The bouquet is distinctly floral but the palate shows fruit like peach and plum with a little spice. The sparkle is on the gentle side, and I believe this has always been so, not just because it has seen a bit of bottle age, which I must say has not done it any harm. Although I often find pétnats in the racks that I haven’t drunk from the previous vintage, nine times out of ten with no detrimental effect, I did buy this bottle this year. I think Made from Grapes in Glasgow still has some, £24.50.

Rouge 2019, Max Sein Wein (Baden, Germany)
I liked Max Baumann’s wines from the first bottle, but I’m getting to appreciate them even more as I get the opportunity to try them with a bit more bottle age. Max has around 3.5-ha in a decidedly unfashionable part (for some) of Baden, at Dertingen (off the A8 between Karlsruhe and Stuttgart. If Max has two things going for him, they are very well sited vineyards (mostly shell limestone with yellow/red sandstone) and the time he spent at Gut Oggau. The Gut Oggau philosophy is so “lived” there in Burgenland that it rubs off on everyone who works with them, in whatever capacity.
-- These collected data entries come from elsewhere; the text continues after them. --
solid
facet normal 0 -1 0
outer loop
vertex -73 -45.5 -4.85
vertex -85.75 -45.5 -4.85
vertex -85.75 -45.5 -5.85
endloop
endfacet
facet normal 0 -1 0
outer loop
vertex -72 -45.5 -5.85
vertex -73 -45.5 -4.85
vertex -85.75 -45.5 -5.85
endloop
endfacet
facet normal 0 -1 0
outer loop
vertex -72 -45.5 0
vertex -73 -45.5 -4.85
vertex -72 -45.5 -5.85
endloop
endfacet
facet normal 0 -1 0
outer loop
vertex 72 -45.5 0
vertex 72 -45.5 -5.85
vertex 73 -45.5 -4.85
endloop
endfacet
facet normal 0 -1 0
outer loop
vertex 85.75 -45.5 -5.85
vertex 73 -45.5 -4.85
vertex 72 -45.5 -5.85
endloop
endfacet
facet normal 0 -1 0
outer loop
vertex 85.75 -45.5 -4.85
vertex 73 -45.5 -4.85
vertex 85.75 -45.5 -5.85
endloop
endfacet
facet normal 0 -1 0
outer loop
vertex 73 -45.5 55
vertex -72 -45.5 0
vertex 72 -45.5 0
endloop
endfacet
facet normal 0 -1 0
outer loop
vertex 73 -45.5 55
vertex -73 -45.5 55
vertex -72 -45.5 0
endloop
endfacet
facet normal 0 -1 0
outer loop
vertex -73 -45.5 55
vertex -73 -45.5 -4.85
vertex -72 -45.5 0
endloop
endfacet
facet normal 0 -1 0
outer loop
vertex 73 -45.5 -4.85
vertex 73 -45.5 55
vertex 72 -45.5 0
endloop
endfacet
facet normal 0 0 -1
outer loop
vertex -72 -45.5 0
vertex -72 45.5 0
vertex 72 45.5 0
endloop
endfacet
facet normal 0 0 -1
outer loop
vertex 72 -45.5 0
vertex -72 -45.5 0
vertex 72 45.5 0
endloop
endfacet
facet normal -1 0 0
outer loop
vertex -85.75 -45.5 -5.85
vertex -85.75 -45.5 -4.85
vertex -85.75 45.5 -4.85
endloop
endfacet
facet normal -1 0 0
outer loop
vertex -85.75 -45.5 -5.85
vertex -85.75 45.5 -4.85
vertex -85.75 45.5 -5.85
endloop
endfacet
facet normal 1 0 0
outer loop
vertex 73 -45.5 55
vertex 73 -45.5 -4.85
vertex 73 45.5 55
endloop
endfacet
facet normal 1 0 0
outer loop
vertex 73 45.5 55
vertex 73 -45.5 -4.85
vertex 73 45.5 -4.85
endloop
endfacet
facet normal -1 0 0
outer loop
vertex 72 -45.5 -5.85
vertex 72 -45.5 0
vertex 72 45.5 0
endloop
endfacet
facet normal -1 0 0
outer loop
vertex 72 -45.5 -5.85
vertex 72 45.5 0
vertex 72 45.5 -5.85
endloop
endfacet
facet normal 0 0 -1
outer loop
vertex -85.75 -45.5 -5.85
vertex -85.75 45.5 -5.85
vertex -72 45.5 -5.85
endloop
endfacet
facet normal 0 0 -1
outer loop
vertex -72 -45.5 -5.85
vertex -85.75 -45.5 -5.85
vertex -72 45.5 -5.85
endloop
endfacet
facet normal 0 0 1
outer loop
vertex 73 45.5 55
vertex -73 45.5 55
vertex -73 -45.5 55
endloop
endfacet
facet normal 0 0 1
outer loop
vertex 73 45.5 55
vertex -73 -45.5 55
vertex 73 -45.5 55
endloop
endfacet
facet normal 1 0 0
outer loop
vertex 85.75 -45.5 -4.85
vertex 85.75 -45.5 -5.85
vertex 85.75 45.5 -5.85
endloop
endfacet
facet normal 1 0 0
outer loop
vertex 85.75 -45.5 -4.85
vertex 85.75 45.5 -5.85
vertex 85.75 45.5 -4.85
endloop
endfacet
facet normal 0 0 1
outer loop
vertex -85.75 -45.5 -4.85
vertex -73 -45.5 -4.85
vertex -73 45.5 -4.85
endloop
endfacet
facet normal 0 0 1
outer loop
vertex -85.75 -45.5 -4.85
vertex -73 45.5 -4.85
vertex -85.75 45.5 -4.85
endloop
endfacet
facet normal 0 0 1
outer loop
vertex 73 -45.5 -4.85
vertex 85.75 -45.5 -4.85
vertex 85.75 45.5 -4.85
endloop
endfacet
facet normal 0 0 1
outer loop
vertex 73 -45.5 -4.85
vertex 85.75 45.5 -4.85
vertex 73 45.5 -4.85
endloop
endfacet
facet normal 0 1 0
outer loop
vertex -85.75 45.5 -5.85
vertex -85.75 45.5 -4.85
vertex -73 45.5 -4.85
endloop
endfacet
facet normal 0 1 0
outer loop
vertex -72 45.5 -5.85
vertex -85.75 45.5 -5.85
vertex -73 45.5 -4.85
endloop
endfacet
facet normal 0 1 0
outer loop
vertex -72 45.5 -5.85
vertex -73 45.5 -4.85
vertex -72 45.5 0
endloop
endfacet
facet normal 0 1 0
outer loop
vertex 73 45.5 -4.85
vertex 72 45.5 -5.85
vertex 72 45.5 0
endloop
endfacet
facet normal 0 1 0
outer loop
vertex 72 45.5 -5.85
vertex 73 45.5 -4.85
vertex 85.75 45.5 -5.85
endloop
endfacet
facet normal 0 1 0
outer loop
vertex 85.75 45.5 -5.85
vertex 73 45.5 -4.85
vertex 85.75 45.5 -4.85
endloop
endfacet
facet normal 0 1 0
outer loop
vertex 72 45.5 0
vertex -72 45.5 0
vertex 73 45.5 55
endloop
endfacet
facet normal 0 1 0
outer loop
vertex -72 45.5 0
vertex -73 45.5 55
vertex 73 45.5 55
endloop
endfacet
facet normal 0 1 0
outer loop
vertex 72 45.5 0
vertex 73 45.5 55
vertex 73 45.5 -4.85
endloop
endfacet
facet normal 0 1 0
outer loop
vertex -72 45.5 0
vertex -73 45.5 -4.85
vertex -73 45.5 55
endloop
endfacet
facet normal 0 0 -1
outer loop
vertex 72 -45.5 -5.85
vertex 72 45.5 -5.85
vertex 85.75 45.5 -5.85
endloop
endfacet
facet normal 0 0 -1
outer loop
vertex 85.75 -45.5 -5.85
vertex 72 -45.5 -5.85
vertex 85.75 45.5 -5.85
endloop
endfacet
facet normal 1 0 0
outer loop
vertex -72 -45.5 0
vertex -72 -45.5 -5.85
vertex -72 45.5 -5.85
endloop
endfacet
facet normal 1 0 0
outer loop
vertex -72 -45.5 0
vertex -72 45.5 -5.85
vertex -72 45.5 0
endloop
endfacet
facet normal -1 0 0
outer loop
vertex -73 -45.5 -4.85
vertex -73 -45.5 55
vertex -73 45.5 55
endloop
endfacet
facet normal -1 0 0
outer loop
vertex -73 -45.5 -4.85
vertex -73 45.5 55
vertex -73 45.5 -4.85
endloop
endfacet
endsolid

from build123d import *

# Parameters (mm, degrees)
F0_W     = 146
F0_H     = 91
F1_DEPTH = 55
F3_DEPTH = 91


with BuildPart() as f1:
    # F0 (on Top) → F1 (new body)
    with BuildSketch(Plane.XY):
        Rectangle(F0_W, F0_H)
    extrude(amount=F1_DEPTH)

    # F2 (on face) → F3 (join, through all)
    with BuildSketch(Plane.XZ.offset(45.5)):
        Polygon((-72, 0), (-73, 0), (-73, -4.85), (-85.75, -4.85), (-85.75, -5.85), (-73, -5.85), (-72, -5.85), align=None)
        Polygon((73, -4.85), (73, 0), (72, 0), (72, -5.85), (73, -5.85), (85.75, -5.85), (85.75, -4.85), align=None)
    extrude(amount=-F3_DEPTH)


solid = f1.part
Max has far more Pinot Meunier planted than Pinot Noir, and he makes excellent wine from this supposedly second-string variety. This red is mostly Meunier with a little Pinot Noir. I last drank this vintage a little over a years ago, after release. It was fresh and smooth, very fruity on bouquet and palate. With an extra year it has evolved into something more autumnal, more ethereal. It’s delicate without being weak or thin. It has changed in the way Pinot Noir might, yet I think you might guess this is Meunier if you stop to think. Whatever it has done, it has done it perhaps sooner than a Pinot Noir might.
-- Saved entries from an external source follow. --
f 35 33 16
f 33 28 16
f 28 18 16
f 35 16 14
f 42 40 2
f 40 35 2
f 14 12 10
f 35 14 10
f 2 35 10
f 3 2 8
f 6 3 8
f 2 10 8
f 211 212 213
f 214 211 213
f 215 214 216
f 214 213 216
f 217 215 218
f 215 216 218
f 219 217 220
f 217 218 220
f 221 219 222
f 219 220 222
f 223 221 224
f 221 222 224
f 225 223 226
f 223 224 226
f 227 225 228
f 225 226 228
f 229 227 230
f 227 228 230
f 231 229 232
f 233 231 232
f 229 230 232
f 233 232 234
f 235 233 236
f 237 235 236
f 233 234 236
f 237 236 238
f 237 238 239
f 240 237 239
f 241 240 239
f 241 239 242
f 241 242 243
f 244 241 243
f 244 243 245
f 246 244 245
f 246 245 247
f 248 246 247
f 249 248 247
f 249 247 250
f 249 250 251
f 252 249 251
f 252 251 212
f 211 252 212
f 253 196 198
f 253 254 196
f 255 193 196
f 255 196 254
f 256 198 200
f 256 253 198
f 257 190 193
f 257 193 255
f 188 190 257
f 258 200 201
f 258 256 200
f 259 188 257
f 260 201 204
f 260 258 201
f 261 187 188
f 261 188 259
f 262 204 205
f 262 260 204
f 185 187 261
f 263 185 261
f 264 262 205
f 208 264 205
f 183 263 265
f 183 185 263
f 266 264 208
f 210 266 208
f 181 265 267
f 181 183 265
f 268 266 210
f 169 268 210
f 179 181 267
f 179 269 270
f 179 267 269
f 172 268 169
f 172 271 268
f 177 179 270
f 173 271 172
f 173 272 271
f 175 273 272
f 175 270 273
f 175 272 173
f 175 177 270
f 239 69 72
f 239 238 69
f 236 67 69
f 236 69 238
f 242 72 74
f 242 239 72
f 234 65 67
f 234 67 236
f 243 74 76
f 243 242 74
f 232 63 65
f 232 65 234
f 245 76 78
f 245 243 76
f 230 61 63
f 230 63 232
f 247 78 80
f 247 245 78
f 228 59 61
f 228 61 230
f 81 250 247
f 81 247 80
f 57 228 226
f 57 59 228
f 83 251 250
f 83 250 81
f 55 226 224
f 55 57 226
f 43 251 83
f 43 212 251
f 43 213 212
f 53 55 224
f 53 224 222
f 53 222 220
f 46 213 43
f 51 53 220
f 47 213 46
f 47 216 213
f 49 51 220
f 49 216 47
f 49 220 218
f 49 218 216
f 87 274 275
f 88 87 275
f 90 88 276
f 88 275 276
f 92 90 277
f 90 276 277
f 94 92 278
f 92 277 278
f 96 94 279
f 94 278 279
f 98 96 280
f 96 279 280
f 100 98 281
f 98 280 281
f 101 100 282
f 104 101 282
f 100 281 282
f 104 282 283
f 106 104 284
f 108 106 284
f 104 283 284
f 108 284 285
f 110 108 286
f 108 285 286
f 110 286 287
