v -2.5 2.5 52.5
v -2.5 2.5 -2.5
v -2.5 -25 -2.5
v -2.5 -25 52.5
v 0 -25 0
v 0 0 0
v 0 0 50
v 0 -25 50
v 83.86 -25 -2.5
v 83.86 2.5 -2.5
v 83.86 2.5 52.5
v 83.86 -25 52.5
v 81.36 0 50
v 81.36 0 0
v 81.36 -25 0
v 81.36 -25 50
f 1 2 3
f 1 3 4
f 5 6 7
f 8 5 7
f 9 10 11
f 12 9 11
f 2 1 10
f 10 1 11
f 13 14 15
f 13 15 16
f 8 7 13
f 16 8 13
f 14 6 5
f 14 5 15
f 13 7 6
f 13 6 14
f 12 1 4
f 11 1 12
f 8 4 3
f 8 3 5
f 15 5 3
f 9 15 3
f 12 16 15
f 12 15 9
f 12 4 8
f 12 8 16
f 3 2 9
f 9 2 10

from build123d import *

# Parameters (mm, degrees)
F0_W     = 81.3596632027
F0_H     = 50
F1_DEPTH = 25
F2_T     = 2.5


with BuildPart() as f1:
    # F0 (on Front) → F1 (new body)
    with BuildSketch(Plane.XZ):
        with Locations((40.6798316013, 25)):
            Rectangle(F0_W, F0_H)
    extrude(amount=F1_DEPTH)

    # F2
    f2_openings = [f1.faces().sort_by_distance(p)[0] for p in [
        (40.679832, -25, 25),
    ]]
    offset(amount=F2_T, openings=f2_openings, kind=Kind.INTERSECTION)


solid = f1.part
Of course, we know this is a natural wine and it does have a certain stripped bare quality, and what I guess people call “purity” (nothing covering up any part of it). Its subtlety suits the mood when the season changes. Basket Press Wines import into the UK but don’t currently seem to list the Rouge. I think the next vintage may be in soon. It was £29. Anyone in France, Feral Art et Vins in Bordeaux lists the 2020 for 24€.

A nice variety of grapes found you in September, interesting indeed! I have to search for both Czechia and Chablais wines, thus enjoyed your reviews of the wines on your table. I’m far from knowing a ‘classic Vaud Chasselas’ so keeping an eye for Les Murailles.
Hoping to find the Max Sein wine at Feral Art & Vin (thank you for previously reminding me what a nice selection they have).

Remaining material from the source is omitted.